• EXERCISE DESCRIPTION
Check each line below for the word "with" and give the number of lines that have it, nothing more.

+++ INPUT MATERIAL +++

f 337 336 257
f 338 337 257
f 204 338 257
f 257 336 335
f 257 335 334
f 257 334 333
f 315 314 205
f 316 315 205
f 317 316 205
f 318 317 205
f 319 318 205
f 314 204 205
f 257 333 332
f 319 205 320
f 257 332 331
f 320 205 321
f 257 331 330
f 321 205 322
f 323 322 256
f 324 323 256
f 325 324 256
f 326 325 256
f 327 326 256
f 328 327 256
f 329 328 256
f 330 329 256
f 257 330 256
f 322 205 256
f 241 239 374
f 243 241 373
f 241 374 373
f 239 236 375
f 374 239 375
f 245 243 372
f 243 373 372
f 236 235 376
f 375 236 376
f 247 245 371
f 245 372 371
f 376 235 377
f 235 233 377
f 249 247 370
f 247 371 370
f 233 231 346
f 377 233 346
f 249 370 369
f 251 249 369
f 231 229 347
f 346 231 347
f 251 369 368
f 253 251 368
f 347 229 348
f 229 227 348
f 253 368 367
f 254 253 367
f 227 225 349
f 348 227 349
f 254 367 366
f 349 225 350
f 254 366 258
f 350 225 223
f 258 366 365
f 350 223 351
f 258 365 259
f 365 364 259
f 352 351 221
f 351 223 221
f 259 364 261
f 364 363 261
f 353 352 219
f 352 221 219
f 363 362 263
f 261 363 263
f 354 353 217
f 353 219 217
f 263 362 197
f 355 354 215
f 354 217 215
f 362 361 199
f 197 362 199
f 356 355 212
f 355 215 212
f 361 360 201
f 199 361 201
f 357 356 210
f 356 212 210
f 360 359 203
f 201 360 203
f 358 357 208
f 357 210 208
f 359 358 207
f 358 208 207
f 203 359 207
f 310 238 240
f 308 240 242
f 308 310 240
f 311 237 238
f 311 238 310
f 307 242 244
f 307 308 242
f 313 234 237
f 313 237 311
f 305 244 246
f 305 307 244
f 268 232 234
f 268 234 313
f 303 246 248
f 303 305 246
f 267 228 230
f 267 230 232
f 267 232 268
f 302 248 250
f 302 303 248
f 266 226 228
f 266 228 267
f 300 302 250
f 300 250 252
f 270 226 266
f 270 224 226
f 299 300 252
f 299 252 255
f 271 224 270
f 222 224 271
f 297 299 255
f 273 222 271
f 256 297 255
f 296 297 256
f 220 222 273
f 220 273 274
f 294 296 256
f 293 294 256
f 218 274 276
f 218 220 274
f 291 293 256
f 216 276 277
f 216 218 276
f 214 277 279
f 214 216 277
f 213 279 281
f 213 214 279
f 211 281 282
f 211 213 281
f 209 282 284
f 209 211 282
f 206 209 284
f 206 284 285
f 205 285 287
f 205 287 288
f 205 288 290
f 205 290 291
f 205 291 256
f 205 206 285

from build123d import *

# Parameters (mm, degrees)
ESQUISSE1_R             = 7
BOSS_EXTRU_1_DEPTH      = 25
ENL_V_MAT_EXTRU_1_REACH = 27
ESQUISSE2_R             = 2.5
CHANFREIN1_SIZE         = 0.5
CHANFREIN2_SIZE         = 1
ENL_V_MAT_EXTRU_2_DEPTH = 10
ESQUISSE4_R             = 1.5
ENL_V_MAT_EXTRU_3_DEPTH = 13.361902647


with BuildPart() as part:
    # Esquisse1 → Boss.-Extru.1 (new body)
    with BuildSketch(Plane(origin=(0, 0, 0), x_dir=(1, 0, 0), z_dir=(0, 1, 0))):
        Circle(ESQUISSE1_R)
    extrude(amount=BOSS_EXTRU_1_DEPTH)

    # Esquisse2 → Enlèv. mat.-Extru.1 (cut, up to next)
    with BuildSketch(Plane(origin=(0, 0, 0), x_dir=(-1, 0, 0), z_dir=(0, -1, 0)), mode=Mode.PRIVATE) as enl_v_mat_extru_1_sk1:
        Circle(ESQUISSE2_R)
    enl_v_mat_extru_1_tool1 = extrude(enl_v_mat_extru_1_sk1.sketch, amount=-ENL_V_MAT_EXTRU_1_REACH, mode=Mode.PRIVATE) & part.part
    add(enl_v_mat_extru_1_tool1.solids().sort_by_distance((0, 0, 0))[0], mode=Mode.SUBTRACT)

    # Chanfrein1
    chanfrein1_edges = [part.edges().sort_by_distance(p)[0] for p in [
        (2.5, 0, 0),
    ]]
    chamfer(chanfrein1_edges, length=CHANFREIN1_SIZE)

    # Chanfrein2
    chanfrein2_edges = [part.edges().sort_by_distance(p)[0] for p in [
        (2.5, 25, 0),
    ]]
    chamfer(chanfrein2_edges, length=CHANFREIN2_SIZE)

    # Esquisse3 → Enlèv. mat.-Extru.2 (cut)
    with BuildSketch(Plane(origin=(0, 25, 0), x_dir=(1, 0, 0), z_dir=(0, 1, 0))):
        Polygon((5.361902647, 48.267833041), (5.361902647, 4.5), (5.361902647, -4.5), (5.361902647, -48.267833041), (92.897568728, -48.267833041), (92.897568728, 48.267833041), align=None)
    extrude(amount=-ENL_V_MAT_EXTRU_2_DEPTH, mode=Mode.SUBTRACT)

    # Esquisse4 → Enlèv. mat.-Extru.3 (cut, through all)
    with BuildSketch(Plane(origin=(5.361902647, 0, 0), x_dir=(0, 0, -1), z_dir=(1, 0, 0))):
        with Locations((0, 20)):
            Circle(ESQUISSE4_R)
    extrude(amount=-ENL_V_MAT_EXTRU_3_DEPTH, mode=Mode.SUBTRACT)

+++

• RESPONSE FOR THIS EXERCISE
6